Presento qui un decalogo dei pregiudizi che ancora oggi circondano la figura dello psicologo, una lista dei falsi miti più diffusi che aleggiano intorno a tale figura professionale.
Talvolta sono proprio questa false convinzioni che possono rendere difficile rivolgersi ad esso, ostacolando una scelta che potrebbe rivelarsi un vero e proprio punto di svolta per sconfiggere il proprio disagio.
Quanti di questi hai già sentito? In quanti, magari, credi anche tu?
Vediamoli insieme uno per uno e capiamo come stanno realmente le cose, iniziando qui dai primi 5 punti:
- “Lo psicologo è per i matti”
È vero che lo psicologo lavora anche con chi soffre di disturbi psichici diagnosticati, ma non solo. Gran parte del lavoro dello psicologo, infatti, è svolto anche con persone che semplicemente stanno attraversando un periodo di difficoltà, che può/possono essere di vario genere.
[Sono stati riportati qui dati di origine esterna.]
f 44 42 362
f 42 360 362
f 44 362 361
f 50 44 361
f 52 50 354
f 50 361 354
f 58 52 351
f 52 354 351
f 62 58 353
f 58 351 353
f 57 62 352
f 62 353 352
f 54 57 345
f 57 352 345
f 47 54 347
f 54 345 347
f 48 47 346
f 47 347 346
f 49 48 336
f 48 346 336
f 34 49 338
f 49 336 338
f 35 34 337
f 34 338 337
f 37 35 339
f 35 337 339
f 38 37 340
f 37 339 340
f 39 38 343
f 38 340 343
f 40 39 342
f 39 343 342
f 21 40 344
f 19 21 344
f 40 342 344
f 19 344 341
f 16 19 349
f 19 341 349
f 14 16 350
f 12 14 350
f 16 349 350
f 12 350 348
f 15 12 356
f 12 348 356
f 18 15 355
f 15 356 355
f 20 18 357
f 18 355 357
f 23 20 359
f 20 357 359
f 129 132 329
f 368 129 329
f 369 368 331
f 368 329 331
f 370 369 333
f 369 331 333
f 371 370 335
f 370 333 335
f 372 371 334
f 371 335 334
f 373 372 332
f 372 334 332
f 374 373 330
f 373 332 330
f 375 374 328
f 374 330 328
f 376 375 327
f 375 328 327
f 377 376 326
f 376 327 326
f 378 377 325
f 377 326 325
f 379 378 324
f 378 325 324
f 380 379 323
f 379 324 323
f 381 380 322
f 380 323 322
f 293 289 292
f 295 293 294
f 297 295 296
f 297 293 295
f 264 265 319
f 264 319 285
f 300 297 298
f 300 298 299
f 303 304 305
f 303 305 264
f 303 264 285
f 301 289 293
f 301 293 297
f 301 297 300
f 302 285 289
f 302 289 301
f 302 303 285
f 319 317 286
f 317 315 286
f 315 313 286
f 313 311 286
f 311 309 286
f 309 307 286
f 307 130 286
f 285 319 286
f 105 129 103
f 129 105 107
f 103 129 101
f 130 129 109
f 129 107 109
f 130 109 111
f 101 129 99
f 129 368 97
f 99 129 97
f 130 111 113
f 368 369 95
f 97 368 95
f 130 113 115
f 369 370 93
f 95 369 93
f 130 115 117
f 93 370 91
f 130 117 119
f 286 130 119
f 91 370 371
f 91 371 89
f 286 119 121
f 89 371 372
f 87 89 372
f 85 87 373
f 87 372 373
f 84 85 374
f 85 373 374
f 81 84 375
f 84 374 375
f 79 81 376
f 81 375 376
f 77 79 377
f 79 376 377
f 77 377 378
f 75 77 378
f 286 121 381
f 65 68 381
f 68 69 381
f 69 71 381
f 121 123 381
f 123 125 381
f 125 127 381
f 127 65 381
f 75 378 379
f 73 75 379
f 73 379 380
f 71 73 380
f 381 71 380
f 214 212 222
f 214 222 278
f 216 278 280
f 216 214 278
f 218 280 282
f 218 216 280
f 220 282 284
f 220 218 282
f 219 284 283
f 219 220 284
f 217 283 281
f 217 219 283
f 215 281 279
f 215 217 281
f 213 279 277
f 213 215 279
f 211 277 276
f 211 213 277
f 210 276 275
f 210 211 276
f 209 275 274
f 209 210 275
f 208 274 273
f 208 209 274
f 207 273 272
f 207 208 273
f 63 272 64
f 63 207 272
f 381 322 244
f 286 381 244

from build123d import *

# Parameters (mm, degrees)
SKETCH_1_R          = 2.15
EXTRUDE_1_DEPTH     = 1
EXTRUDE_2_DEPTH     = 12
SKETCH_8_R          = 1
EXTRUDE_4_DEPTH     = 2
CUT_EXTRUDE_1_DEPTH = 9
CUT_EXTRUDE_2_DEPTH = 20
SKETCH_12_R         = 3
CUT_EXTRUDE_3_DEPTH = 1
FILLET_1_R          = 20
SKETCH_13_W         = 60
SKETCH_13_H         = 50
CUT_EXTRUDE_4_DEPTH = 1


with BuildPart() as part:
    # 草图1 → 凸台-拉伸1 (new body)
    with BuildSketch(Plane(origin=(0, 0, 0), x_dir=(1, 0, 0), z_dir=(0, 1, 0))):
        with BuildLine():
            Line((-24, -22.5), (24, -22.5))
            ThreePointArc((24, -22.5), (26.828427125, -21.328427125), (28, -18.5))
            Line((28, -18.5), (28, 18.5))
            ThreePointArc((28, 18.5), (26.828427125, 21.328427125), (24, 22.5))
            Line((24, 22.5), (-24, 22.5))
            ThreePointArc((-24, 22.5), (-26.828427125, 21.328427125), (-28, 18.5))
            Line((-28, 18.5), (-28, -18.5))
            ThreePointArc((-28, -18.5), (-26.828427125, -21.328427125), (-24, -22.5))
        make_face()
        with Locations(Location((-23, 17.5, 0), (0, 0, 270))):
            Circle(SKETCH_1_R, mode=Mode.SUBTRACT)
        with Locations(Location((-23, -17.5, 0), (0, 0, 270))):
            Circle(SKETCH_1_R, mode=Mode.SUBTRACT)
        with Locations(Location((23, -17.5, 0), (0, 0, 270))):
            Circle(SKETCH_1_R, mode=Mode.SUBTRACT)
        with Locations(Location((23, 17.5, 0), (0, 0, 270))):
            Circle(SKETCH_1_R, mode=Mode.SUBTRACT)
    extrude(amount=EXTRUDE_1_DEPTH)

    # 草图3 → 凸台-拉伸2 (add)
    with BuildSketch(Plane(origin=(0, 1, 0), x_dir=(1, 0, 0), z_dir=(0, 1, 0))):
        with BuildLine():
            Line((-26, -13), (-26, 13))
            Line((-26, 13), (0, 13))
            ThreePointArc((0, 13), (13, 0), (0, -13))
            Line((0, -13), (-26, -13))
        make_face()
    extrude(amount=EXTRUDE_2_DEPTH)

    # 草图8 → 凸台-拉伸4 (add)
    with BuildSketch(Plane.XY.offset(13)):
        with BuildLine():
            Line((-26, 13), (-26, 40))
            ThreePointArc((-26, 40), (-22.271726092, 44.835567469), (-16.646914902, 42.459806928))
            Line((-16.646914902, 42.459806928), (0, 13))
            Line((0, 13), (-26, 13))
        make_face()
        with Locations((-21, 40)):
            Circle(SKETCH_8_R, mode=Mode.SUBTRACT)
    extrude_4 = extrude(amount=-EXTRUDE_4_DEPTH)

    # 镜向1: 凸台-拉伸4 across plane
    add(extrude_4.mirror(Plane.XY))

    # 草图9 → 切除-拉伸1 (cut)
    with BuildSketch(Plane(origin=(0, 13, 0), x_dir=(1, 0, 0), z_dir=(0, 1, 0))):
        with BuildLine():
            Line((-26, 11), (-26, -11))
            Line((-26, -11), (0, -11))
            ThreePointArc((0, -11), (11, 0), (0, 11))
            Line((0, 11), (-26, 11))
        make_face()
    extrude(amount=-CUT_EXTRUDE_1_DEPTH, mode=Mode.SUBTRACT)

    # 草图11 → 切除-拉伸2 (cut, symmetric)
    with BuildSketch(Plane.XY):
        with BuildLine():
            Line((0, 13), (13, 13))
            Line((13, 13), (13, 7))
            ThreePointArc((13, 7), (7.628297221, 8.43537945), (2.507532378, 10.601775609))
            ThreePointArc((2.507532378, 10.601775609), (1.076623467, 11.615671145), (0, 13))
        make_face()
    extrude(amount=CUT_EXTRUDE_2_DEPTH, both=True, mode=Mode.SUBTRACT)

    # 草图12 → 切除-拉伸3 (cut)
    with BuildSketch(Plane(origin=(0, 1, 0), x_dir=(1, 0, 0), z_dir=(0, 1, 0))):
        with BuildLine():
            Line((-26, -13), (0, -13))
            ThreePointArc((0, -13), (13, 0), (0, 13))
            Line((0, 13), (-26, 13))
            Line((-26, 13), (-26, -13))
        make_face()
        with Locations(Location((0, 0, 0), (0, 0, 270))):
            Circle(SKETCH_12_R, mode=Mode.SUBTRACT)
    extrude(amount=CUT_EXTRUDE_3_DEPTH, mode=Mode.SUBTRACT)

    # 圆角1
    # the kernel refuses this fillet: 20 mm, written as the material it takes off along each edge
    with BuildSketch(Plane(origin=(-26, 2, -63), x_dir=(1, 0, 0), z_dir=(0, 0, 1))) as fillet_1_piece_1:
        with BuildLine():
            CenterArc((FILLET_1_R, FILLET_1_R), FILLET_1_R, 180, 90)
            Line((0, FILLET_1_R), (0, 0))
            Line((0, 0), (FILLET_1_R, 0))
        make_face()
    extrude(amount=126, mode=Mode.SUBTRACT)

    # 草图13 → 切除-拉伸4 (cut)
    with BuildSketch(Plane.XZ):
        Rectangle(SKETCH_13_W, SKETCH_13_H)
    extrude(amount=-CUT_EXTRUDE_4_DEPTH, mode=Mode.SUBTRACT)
Egli lavora, inoltre, anche con chi sta già “bene”, ma sente che potrebbe far qualcosa per stare ancora meglio e vorrebbe prendere in mano le redini della propria vita, per cambiarla in positivo, o comunque per conoscersi più a fondo.
- “Lo psicologo è per i deboli”
C’è chi invece pensa che lo psicologo sia “il dottore dei deboli”, di chi non riesce a trovare le forze per farcela da solo. Talvolta, invece, il disagio può radicarsi a fondo in una persona e non permettergli di vedere le vie di uscita, che invece possono essere rischiarate e rese accessibili con l’aiuto di un professionista esperto.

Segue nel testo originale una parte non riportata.